→ **AIM OF THE TASK**
Copy word for word, please, the lines of the entries below running from the one containing "e41 v24 v29 LINE" to the one containing "face PLANE(AX(P(0,0,10),D(0,0,1),D(1,0,0))) [-e50]", both ends included.
== Segment start ==
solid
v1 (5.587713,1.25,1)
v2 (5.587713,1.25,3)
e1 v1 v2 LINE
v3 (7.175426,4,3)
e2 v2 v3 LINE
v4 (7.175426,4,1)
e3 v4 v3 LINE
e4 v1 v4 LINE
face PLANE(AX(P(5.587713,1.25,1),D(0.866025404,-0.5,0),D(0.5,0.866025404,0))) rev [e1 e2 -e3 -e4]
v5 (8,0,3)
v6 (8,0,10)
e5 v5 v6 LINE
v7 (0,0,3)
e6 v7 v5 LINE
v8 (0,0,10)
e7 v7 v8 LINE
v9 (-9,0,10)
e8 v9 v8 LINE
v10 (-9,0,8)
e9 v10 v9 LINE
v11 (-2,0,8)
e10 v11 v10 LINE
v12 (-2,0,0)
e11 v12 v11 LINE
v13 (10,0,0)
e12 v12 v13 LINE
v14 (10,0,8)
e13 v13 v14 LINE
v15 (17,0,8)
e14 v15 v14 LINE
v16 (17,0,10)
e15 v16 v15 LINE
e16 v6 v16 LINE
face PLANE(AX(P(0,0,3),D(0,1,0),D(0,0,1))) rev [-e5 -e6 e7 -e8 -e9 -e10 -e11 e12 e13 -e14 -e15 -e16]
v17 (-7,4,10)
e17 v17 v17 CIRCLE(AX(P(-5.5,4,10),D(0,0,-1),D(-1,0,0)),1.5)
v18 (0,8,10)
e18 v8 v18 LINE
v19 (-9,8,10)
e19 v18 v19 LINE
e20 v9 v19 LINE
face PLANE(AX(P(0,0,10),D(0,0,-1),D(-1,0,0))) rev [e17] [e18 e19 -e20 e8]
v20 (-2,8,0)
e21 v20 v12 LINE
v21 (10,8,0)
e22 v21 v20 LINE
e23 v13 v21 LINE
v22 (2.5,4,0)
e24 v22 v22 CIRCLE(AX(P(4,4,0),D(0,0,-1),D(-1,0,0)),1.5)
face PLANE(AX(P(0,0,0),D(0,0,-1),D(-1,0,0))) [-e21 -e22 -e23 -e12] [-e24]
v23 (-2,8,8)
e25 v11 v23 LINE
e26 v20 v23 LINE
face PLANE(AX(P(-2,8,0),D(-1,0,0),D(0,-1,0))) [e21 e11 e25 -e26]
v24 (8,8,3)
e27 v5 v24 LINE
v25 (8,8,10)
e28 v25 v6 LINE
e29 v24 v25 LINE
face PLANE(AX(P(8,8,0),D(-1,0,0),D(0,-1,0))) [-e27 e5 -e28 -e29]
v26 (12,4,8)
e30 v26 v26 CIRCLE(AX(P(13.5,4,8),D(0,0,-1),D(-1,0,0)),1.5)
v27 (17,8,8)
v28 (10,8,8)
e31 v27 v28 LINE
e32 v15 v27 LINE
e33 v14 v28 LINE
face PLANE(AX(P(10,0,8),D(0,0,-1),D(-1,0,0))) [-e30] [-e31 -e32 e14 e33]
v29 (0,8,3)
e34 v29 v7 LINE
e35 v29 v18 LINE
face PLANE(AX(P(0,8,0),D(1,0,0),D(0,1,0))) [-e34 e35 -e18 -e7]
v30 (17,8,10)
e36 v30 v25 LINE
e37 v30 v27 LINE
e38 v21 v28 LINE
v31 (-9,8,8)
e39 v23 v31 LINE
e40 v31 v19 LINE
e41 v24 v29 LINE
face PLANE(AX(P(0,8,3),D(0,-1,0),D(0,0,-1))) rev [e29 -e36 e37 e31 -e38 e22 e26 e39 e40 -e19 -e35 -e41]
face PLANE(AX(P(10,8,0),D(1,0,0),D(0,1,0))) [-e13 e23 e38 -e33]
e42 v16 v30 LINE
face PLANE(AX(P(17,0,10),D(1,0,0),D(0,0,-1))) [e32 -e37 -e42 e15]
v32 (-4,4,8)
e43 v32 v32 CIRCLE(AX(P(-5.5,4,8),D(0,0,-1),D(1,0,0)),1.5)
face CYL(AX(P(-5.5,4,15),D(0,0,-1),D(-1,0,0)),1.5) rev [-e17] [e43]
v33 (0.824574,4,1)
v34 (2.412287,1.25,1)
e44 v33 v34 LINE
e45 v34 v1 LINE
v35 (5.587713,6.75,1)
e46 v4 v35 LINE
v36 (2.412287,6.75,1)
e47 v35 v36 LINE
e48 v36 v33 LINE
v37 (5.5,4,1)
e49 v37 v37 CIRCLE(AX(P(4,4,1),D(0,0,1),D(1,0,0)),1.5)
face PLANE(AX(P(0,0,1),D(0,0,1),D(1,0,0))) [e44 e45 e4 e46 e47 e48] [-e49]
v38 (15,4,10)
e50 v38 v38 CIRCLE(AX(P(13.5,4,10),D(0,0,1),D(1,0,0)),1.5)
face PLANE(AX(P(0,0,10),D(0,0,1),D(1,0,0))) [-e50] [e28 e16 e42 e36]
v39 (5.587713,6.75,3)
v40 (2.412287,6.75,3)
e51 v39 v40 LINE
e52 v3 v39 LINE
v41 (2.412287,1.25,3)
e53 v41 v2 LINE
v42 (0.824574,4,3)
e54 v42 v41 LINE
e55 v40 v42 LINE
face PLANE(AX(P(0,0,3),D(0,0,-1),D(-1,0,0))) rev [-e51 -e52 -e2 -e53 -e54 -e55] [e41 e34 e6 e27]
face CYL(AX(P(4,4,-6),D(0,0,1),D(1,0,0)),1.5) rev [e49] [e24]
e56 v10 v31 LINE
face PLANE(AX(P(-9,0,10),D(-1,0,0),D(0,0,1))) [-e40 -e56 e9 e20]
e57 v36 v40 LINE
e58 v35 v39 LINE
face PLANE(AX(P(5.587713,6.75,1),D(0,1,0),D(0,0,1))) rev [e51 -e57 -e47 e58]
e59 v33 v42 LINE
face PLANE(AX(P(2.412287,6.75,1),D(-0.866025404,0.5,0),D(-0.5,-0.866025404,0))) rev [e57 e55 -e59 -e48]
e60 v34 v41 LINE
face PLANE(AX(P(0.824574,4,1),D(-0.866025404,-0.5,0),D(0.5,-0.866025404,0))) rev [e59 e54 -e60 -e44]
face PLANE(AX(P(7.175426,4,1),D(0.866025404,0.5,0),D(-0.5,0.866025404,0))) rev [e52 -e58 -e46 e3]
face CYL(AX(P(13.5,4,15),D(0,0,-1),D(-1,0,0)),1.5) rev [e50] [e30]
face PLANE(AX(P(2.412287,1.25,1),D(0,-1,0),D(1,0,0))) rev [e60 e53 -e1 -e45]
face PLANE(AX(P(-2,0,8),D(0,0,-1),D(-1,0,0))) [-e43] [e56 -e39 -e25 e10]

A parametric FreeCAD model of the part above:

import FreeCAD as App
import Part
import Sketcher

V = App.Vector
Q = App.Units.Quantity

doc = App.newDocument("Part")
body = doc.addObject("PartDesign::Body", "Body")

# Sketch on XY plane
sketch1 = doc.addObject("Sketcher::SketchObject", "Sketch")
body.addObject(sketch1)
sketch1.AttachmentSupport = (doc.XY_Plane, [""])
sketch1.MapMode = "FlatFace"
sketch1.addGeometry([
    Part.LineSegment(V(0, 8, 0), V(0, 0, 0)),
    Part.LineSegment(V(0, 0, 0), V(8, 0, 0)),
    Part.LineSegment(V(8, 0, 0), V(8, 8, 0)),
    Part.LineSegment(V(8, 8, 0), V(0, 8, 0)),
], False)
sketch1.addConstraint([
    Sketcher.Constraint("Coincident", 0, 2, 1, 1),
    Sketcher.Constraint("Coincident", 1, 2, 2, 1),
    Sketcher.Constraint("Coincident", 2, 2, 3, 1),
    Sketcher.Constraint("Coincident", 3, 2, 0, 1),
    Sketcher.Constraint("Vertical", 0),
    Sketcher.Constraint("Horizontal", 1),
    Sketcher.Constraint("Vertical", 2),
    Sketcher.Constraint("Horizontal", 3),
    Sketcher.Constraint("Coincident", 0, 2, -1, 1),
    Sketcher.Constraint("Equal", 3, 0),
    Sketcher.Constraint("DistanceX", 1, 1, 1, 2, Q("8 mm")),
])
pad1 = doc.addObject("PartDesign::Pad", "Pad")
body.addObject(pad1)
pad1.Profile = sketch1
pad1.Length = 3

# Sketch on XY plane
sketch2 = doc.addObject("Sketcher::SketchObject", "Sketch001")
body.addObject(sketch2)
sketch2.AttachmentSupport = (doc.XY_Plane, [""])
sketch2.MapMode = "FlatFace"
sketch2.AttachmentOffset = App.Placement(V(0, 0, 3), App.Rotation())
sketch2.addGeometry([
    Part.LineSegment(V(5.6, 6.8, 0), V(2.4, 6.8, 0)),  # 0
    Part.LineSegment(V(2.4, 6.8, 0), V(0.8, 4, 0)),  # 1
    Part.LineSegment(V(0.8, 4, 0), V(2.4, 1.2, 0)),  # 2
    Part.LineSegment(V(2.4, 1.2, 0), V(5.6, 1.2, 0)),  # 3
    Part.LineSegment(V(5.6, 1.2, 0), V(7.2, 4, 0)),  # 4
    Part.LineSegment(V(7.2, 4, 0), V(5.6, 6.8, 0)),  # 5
== Segment end ==
== Segment start ==
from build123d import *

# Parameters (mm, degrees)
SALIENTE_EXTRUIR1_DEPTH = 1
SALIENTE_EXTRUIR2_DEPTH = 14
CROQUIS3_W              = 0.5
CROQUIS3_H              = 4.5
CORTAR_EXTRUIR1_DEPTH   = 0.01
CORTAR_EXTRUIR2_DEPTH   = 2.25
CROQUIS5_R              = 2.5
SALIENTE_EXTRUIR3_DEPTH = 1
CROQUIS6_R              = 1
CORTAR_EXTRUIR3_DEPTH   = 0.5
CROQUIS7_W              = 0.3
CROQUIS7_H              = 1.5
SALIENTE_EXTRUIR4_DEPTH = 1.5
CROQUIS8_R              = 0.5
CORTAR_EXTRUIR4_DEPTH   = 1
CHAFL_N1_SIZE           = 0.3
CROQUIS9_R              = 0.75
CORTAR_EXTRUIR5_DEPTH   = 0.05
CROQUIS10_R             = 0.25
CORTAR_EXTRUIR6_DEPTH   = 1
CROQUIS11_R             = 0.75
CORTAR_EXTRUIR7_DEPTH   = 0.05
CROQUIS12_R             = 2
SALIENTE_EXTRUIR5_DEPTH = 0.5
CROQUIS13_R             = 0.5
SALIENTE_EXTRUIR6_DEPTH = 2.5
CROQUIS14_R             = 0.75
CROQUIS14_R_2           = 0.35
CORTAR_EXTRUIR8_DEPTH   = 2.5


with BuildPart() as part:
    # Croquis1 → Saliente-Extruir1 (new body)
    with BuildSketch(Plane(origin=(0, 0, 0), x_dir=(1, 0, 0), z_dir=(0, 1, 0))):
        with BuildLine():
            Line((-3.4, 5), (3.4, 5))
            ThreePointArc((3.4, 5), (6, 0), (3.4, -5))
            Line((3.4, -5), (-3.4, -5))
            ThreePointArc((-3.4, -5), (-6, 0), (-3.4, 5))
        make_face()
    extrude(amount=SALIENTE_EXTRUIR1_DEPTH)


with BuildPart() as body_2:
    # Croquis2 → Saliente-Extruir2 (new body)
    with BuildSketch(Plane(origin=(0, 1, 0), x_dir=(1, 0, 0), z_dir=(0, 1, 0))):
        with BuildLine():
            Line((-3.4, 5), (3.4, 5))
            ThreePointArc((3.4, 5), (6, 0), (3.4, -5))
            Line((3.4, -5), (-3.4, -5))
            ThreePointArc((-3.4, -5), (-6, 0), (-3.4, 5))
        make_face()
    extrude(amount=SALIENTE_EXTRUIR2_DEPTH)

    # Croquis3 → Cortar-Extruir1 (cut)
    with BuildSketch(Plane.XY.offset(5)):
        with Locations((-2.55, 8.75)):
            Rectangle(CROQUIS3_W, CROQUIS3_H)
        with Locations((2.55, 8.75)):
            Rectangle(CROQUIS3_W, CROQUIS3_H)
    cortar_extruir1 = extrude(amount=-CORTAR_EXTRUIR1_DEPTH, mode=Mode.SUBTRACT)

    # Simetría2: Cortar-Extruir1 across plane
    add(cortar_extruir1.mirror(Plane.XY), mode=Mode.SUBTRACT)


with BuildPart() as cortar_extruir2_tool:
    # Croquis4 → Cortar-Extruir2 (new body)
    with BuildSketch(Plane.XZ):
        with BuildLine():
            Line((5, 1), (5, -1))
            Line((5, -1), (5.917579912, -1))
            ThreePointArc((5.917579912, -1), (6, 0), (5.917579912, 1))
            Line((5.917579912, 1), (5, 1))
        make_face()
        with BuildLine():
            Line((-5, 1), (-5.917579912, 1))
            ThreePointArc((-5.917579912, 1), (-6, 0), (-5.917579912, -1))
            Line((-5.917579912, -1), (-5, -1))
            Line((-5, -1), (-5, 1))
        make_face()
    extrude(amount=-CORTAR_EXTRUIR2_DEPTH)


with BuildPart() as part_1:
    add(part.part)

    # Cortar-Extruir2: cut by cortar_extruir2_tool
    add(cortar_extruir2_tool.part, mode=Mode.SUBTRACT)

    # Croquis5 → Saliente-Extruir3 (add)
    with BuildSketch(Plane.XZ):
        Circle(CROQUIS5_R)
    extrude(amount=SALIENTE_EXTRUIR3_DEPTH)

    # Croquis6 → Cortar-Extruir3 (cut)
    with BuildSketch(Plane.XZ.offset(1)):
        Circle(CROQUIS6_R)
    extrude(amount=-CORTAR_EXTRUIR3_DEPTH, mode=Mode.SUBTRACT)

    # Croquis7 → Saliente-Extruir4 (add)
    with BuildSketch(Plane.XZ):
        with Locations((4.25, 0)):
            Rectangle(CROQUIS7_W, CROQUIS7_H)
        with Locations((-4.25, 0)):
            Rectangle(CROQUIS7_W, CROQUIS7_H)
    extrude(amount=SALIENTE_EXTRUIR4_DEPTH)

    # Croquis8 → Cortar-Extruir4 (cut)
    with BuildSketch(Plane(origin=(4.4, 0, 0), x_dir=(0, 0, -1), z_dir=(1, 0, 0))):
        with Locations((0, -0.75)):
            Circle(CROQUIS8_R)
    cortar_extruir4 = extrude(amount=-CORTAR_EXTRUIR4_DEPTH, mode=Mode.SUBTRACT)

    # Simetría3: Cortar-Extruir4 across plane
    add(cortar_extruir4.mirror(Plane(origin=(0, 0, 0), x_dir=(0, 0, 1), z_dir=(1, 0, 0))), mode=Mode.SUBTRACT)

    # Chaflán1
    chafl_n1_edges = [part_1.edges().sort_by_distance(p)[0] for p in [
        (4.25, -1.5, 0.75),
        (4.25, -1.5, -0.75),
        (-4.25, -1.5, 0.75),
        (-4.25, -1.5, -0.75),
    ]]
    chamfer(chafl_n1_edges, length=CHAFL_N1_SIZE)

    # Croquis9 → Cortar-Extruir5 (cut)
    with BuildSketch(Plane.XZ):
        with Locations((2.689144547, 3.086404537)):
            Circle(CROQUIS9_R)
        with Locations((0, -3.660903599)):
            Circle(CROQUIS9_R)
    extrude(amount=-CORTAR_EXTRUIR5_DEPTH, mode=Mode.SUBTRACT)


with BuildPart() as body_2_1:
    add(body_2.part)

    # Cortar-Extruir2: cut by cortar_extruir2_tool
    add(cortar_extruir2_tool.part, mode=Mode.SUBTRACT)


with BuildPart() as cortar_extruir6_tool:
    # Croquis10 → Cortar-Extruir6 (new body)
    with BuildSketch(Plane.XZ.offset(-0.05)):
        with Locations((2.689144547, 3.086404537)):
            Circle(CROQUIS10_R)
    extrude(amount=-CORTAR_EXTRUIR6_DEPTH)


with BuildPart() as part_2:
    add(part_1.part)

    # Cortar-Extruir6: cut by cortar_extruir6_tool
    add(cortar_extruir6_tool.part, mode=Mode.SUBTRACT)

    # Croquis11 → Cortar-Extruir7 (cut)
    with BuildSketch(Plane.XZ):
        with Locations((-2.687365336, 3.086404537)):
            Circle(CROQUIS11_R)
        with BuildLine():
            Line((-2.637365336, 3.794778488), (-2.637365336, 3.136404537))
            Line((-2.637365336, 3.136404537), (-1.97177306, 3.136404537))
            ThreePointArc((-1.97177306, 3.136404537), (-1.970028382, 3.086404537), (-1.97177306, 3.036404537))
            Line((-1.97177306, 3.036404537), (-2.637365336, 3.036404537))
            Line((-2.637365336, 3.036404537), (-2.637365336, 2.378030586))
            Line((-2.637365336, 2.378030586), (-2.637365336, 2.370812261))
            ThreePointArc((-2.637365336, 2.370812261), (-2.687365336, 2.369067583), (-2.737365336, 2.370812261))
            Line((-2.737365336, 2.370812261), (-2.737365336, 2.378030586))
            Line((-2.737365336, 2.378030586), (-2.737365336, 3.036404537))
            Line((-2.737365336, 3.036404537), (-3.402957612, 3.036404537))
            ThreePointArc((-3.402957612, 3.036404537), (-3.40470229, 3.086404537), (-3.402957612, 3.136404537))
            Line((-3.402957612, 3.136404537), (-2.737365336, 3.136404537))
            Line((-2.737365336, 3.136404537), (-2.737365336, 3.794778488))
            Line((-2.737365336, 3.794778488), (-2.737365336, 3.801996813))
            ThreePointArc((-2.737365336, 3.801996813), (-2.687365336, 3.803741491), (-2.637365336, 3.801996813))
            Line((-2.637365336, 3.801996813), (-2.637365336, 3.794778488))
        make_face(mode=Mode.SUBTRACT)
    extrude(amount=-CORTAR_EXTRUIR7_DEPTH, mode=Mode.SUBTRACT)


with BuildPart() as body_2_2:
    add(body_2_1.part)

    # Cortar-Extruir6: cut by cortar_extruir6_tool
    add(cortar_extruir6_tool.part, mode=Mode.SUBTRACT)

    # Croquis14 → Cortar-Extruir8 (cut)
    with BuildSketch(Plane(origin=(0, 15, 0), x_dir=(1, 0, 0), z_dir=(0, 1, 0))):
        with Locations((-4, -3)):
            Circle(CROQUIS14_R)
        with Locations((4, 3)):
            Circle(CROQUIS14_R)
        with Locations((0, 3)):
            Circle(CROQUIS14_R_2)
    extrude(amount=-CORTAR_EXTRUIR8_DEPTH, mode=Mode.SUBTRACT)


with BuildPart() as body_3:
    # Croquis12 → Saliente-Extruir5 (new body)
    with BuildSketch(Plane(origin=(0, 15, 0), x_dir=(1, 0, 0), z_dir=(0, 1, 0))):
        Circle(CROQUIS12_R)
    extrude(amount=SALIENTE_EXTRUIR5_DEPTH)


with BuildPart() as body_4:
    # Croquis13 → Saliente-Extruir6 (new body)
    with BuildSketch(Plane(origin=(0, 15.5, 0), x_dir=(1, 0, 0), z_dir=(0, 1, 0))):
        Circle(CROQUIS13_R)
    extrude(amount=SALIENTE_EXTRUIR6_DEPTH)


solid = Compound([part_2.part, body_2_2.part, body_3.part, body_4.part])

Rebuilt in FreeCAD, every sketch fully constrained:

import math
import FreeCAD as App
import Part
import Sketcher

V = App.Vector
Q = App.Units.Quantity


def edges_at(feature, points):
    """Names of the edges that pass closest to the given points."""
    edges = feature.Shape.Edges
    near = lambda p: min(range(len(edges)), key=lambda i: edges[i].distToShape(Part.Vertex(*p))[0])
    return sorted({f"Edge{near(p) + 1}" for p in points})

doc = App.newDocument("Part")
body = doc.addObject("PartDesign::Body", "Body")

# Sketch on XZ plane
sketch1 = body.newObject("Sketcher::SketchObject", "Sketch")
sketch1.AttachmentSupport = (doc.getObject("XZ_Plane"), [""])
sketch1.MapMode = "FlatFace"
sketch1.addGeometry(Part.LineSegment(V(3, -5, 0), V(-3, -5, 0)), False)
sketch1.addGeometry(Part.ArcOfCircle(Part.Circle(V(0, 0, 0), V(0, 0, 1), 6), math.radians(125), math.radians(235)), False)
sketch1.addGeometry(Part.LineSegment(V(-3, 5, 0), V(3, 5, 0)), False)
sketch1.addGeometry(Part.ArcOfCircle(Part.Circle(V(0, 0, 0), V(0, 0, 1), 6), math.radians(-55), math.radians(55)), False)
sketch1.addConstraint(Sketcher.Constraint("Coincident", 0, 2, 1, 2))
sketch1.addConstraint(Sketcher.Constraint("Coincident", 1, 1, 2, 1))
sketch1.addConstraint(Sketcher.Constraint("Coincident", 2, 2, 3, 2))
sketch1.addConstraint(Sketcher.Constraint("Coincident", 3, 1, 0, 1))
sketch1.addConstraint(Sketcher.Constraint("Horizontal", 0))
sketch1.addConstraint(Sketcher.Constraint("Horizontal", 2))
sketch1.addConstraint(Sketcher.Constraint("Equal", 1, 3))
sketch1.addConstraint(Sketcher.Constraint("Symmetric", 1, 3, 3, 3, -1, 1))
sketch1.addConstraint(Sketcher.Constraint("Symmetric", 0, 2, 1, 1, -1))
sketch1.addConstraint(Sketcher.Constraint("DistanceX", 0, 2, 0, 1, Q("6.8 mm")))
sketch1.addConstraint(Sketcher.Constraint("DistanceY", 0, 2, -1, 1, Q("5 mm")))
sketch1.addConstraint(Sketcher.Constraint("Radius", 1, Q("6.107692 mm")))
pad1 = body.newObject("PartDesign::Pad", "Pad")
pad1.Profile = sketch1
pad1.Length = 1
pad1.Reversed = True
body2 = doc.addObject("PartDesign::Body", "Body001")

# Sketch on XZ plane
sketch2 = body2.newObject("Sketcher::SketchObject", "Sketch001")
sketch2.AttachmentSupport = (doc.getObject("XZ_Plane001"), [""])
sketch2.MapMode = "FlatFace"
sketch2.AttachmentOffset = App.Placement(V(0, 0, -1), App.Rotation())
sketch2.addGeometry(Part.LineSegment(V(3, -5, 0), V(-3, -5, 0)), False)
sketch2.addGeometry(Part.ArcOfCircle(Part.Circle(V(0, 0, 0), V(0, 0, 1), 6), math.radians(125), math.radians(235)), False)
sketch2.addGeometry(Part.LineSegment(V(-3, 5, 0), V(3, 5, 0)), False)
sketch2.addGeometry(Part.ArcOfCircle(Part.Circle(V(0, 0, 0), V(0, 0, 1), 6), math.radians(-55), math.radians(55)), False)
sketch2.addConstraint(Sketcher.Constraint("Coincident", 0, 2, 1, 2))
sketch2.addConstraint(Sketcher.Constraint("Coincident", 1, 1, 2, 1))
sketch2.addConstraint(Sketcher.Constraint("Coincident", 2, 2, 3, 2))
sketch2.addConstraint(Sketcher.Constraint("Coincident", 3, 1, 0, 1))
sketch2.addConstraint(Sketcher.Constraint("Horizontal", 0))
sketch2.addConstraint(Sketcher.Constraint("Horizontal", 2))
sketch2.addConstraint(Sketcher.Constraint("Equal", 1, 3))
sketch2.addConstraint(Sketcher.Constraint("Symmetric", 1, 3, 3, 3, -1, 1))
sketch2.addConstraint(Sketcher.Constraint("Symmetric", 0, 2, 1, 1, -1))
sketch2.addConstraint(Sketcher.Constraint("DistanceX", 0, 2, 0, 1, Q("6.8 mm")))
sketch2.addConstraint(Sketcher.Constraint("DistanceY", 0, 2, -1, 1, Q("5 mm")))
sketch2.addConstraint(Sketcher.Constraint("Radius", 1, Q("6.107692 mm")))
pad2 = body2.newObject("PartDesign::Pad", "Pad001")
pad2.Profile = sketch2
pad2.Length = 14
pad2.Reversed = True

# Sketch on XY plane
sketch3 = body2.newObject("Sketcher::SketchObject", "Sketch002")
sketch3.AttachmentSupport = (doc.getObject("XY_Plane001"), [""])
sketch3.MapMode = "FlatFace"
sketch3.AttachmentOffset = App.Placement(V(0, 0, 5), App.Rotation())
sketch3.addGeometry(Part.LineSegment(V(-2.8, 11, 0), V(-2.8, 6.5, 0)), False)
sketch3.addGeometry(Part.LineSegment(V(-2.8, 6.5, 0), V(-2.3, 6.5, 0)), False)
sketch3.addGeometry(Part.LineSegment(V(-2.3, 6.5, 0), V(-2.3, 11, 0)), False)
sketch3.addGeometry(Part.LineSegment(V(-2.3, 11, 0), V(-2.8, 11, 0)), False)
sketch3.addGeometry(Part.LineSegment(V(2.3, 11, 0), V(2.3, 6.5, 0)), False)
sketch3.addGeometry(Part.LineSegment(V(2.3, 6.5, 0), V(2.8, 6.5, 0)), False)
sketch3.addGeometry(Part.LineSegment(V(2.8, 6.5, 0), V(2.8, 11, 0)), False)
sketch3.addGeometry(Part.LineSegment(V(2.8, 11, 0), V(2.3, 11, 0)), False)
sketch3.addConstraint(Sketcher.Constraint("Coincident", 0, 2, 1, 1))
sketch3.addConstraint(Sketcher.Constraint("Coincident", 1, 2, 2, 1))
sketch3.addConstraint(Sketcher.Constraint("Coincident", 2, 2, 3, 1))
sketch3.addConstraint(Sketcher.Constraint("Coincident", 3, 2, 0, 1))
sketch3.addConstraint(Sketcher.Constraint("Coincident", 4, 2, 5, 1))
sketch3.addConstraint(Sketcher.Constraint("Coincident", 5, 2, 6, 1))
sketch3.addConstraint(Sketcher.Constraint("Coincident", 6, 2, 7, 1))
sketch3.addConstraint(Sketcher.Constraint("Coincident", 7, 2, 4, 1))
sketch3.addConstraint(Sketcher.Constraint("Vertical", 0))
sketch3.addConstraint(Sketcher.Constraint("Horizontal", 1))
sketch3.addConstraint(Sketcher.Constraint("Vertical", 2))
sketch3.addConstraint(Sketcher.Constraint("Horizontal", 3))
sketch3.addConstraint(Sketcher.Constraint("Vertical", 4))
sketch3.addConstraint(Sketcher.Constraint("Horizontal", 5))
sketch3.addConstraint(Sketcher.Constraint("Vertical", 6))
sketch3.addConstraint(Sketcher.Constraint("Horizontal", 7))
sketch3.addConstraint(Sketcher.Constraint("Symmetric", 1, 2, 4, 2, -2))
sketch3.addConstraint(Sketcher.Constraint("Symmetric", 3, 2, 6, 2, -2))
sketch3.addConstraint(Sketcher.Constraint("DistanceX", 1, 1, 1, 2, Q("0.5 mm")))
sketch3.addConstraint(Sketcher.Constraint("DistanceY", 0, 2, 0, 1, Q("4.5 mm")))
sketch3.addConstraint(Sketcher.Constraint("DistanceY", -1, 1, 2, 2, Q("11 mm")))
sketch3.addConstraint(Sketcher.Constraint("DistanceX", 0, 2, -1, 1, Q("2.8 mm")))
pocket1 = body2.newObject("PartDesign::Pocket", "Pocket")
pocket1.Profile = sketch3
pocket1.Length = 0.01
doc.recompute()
== Segment end ==
→ **EXPECTED ANSWER**
e41 v24 v29 LINE
face PLANE(AX(P(0,8,3),D(0,-1,0),D(0,0,-1))) rev [e29 -e36 e37 e31 -e38 e22 e26 e39 e40 -e19 -e35 -e41]
face PLANE(AX(P(10,8,0),D(1,0,0),D(0,1,0))) [-e13 e23 e38 -e33]
e42 v16 v30 LINE
face PLANE(AX(P(17,0,10),D(1,0,0),D(0,0,-1))) [e32 -e37 -e42 e15]
v32 (-4,4,8)
e43 v32 v32 CIRCLE(AX(P(-5.5,4,8),D(0,0,-1),D(1,0,0)),1.5)
face CYL(AX(P(-5.5,4,15),D(0,0,-1),D(-1,0,0)),1.5) rev [-e17] [e43]
v33 (0.824574,4,1)
v34 (2.412287,1.25,1)
e44 v33 v34 LINE
e45 v34 v1 LINE
v35 (5.587713,6.75,1)
e46 v4 v35 LINE
v36 (2.412287,6.75,1)
e47 v35 v36 LINE
e48 v36 v33 LINE
v37 (5.5,4,1)
e49 v37 v37 CIRCLE(AX(P(4,4,1),D(0,0,1),D(1,0,0)),1.5)
face PLANE(AX(P(0,0,1),D(0,0,1),D(1,0,0))) [e44 e45 e4 e46 e47 e48] [-e49]
v38 (15,4,10)
e50 v38 v38 CIRCLE(AX(P(13.5,4,10),D(0,0,1),D(1,0,0)),1.5)
face PLANE(AX(P(0,0,10),D(0,0,1),D(1,0,0))) [-e50] [e28 e16 e42 e36]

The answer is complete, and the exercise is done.